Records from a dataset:
----------------------------------------
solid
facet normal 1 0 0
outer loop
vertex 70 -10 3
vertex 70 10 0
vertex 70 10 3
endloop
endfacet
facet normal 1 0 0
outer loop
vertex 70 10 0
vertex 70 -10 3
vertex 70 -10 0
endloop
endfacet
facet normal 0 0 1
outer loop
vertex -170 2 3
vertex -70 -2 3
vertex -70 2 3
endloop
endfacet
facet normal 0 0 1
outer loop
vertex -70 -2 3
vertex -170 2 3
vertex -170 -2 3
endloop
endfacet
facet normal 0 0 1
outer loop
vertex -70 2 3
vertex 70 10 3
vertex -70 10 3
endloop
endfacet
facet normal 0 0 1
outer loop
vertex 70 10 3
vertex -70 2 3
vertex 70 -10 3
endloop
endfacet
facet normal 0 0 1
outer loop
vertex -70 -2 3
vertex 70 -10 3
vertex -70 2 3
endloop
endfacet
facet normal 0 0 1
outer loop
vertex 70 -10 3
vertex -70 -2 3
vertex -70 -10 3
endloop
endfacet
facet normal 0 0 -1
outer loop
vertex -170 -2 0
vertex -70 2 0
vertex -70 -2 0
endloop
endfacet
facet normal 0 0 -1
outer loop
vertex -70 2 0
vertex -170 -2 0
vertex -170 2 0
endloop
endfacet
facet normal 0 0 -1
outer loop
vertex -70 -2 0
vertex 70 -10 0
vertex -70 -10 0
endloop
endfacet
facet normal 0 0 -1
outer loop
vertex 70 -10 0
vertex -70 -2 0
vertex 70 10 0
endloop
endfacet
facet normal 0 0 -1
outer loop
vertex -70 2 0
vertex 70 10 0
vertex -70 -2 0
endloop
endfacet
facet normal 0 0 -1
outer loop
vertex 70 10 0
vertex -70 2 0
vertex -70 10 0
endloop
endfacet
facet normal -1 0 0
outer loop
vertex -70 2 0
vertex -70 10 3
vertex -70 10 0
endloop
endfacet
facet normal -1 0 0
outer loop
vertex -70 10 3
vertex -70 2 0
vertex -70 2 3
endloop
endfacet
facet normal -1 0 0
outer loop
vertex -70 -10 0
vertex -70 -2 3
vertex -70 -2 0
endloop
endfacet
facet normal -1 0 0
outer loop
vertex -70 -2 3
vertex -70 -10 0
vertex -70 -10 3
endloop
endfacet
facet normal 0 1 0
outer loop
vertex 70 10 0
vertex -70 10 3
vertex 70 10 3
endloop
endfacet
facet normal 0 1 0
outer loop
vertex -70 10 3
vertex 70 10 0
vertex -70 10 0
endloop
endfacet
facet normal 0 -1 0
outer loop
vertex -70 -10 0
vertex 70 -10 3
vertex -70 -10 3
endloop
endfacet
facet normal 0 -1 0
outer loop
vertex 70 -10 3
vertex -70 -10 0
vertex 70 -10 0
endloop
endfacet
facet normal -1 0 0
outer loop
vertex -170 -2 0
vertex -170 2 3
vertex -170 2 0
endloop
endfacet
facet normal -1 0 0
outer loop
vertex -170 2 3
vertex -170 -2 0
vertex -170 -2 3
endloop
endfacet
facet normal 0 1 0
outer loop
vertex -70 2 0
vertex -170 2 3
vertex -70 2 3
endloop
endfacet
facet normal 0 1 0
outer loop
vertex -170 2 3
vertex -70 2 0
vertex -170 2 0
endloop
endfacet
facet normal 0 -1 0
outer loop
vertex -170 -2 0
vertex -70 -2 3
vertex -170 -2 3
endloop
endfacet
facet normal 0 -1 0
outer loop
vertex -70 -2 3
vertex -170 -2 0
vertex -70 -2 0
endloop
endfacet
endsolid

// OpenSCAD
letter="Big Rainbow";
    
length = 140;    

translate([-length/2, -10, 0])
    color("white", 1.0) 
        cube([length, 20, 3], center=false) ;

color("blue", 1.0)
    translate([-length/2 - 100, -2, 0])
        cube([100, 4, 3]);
----------------------------------------
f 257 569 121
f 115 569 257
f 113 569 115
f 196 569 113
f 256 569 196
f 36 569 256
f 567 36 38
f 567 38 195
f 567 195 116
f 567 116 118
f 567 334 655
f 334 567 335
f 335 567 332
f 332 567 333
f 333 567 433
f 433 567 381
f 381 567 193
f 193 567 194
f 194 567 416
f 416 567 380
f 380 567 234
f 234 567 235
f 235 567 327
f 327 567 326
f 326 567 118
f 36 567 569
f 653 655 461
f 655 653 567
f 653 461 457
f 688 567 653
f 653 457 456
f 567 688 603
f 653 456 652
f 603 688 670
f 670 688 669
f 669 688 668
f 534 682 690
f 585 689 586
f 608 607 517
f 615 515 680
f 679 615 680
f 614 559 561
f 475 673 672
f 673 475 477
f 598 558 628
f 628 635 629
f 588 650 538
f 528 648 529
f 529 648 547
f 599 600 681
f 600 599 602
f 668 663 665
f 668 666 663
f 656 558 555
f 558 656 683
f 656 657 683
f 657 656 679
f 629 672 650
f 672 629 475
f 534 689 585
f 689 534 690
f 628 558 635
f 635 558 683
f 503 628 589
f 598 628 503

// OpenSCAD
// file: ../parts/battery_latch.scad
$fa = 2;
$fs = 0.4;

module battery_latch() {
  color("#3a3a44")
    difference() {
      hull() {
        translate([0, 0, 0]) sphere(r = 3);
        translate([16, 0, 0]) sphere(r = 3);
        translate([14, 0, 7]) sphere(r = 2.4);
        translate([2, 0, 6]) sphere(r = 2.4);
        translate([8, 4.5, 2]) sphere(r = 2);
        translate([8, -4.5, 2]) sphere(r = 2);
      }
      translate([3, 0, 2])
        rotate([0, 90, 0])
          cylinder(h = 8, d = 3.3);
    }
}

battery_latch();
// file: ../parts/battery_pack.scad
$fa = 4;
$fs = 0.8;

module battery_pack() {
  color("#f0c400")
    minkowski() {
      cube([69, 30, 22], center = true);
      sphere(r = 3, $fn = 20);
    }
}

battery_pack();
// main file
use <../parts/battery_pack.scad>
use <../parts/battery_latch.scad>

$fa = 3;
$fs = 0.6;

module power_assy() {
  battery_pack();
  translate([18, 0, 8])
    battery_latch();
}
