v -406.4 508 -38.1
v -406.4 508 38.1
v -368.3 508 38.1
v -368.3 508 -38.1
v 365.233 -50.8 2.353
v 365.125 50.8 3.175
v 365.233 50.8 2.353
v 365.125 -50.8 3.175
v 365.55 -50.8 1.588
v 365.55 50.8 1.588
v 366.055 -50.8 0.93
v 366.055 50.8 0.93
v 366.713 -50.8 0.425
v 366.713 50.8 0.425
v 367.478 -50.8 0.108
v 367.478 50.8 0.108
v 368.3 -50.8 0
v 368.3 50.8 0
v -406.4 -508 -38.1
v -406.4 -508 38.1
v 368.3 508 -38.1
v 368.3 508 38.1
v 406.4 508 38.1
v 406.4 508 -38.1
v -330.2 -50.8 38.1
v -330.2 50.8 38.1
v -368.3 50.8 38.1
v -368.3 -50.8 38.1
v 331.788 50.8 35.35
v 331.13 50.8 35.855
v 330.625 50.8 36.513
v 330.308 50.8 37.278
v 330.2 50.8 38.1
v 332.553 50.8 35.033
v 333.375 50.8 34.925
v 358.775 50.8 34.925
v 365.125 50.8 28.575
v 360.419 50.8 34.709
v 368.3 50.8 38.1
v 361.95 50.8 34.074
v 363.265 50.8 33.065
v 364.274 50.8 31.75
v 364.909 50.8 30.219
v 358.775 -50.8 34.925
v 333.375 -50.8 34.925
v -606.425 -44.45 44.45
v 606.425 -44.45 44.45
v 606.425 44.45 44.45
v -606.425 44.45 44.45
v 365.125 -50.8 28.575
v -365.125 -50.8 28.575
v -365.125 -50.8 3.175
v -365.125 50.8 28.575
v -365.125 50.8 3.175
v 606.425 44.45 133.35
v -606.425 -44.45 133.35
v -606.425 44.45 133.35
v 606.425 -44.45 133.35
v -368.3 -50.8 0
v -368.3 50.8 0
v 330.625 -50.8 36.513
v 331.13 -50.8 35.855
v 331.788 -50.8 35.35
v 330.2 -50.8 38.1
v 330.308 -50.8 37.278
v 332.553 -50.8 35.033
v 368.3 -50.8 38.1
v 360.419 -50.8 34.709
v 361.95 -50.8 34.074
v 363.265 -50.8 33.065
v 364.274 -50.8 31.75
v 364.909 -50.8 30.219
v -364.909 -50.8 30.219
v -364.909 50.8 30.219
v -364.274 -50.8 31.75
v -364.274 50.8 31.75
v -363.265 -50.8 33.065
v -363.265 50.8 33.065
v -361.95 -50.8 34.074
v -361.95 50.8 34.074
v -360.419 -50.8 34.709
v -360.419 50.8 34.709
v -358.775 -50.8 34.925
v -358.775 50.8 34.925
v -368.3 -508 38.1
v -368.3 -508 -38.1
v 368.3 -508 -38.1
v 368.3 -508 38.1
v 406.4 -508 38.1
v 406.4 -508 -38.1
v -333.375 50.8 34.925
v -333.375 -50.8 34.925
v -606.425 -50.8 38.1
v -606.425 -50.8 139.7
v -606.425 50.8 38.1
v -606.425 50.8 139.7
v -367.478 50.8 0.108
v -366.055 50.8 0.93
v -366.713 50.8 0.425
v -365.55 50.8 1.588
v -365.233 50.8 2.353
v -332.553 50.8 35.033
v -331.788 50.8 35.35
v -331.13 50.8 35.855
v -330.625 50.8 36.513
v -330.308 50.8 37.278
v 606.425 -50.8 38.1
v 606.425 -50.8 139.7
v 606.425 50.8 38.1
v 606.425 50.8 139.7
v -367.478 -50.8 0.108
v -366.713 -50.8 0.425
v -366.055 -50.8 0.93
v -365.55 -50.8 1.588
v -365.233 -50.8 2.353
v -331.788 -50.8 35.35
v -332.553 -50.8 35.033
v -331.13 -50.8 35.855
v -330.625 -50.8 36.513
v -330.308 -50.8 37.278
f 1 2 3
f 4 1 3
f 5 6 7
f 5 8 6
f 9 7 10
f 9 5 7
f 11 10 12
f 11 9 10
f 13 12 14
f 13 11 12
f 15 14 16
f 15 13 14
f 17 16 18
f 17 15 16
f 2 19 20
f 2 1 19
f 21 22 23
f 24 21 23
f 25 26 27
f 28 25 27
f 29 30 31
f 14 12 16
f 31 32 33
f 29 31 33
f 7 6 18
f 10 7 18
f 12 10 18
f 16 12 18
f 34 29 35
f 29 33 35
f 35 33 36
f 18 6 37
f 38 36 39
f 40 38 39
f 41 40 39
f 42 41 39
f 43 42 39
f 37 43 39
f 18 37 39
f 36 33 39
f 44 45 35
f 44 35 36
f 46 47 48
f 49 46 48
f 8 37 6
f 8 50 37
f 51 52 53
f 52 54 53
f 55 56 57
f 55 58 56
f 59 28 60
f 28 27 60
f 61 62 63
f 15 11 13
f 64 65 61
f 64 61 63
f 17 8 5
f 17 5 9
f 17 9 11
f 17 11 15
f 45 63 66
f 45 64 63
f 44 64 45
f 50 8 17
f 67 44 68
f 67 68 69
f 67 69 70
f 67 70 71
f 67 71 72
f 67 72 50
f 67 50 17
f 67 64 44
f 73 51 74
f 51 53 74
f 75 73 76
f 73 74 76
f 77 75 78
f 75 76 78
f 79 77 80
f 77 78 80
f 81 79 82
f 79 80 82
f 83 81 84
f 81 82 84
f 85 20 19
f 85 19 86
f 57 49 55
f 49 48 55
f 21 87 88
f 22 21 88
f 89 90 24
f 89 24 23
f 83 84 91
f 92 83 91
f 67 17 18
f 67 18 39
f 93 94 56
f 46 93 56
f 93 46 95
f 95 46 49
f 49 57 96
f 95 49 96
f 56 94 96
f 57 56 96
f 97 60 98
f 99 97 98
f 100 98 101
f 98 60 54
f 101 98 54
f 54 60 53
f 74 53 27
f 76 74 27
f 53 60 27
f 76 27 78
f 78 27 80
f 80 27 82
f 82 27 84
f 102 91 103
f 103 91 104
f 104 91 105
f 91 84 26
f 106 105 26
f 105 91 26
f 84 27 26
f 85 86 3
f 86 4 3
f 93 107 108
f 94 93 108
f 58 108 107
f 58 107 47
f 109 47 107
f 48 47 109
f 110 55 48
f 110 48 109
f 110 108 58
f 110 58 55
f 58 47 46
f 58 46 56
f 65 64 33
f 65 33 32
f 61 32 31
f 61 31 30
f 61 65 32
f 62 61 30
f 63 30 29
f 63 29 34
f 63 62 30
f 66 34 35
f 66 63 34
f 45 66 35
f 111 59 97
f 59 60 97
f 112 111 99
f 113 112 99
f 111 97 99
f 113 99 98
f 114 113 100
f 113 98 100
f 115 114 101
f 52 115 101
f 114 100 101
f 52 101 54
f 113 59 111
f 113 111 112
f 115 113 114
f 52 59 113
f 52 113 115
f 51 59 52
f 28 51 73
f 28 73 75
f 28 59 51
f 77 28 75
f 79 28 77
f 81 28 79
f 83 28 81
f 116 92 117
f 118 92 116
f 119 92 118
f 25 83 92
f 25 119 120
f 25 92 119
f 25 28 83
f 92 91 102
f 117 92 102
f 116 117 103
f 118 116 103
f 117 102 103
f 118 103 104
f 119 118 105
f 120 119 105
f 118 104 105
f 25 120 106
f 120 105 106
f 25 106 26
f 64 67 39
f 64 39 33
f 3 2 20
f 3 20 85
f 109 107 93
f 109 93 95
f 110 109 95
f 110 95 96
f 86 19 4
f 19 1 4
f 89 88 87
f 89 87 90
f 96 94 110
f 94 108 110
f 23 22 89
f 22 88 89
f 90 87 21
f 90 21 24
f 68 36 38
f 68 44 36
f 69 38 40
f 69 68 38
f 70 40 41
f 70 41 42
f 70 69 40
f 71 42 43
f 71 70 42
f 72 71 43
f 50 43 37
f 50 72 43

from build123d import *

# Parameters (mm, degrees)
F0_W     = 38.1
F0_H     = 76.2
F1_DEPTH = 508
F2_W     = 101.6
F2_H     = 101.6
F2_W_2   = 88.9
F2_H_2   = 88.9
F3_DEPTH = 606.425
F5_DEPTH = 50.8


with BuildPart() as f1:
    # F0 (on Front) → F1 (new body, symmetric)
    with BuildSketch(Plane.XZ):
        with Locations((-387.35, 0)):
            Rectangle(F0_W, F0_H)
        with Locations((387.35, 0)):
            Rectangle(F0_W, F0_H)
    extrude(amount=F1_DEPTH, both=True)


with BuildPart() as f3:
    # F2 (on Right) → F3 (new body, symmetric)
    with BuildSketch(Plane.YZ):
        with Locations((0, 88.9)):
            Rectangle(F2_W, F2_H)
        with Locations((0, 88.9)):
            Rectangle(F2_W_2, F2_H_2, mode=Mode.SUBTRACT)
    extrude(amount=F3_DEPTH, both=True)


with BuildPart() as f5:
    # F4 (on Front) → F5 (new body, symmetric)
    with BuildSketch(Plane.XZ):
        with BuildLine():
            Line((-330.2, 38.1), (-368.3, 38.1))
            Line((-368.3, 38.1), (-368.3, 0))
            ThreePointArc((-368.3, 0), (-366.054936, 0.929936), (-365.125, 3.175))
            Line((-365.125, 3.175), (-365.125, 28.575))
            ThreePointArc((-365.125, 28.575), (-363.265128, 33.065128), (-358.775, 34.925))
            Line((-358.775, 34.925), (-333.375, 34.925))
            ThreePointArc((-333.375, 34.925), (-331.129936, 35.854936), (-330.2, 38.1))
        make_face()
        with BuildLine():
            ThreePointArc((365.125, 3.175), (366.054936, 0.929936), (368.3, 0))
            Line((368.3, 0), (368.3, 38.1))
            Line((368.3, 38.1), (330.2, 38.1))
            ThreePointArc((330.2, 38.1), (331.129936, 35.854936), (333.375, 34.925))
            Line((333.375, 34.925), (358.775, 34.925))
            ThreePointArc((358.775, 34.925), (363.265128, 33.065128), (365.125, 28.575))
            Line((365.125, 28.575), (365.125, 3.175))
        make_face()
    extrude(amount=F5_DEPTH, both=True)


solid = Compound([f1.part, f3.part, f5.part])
----------------------------------------
> Exercise details: Reprint exactly the lines above that start at the one with "f 603 688 670" and end at the one with "v 364.274 50.8 31.75", keeping both and adding none.

> Result of the task:
f 603 688 670
f 670 688 669
f 669 688 668
f 534 682 690
f 585 689 586
f 608 607 517
f 615 515 680
f 679 615 680
f 614 559 561
f 475 673 672
f 673 475 477
f 598 558 628
f 628 635 629
f 588 650 538
f 528 648 529
f 529 648 547
f 599 600 681
f 600 599 602
f 668 663 665
f 668 666 663
f 656 558 555
f 558 656 683
f 656 657 683
f 657 656 679
f 629 672 650
f 672 629 475
f 534 689 585
f 689 534 690
f 628 558 635
f 635 558 683
f 503 628 589
f 598 628 503

// OpenSCAD
// file: ../parts/battery_latch.scad
$fa = 2;
$fs = 0.4;

module battery_latch() {
  color("#3a3a44")
    difference() {
      hull() {
        translate([0, 0, 0]) sphere(r = 3);
        translate([16, 0, 0]) sphere(r = 3);
        translate([14, 0, 7]) sphere(r = 2.4);
        translate([2, 0, 6]) sphere(r = 2.4);
        translate([8, 4.5, 2]) sphere(r = 2);
        translate([8, -4.5, 2]) sphere(r = 2);
      }
      translate([3, 0, 2])
        rotate([0, 90, 0])
          cylinder(h = 8, d = 3.3);
    }
}

battery_latch();
// file: ../parts/battery_pack.scad
$fa = 4;
$fs = 0.8;

module battery_pack() {
  color("#f0c400")
    minkowski() {
      cube([69, 30, 22], center = true);
      sphere(r = 3, $fn = 20);
    }
}

battery_pack();
// main file
use <../parts/battery_pack.scad>
use <../parts/battery_latch.scad>

$fa = 3;
$fs = 0.6;

module power_assy() {
  battery_pack();
  translate([18, 0, 8])
    battery_latch();
}
v -406.4 508 -38.1
v -406.4 508 38.1
v -368.3 508 38.1
v -368.3 508 -38.1
v 365.233 -50.8 2.353
v 365.125 50.8 3.175
v 365.233 50.8 2.353
v 365.125 -50.8 3.175
v 365.55 -50.8 1.588
v 365.55 50.8 1.588
v 366.055 -50.8 0.93
v 366.055 50.8 0.93
v 366.713 -50.8 0.425
v 366.713 50.8 0.425
v 367.478 -50.8 0.108
v 367.478 50.8 0.108
v 368.3 -50.8 0
v 368.3 50.8 0
v -406.4 -508 -38.1
v -406.4 -508 38.1
v 368.3 508 -38.1
v 368.3 508 38.1
v 406.4 508 38.1
v 406.4 508 -38.1
v -330.2 -50.8 38.1
v -330.2 50.8 38.1
v -368.3 50.8 38.1
v -368.3 -50.8 38.1
v 331.788 50.8 35.35
v 331.13 50.8 35.855
v 330.625 50.8 36.513
v 330.308 50.8 37.278
v 330.2 50.8 38.1
v 332.553 50.8 35.033
v 333.375 50.8 34.925
v 358.775 50.8 34.925
v 365.125 50.8 28.575
v 360.419 50.8 34.709
v 368.3 50.8 38.1
v 361.95 50.8 34.074
v 363.265 50.8 33.065
v 364.274 50.8 31.75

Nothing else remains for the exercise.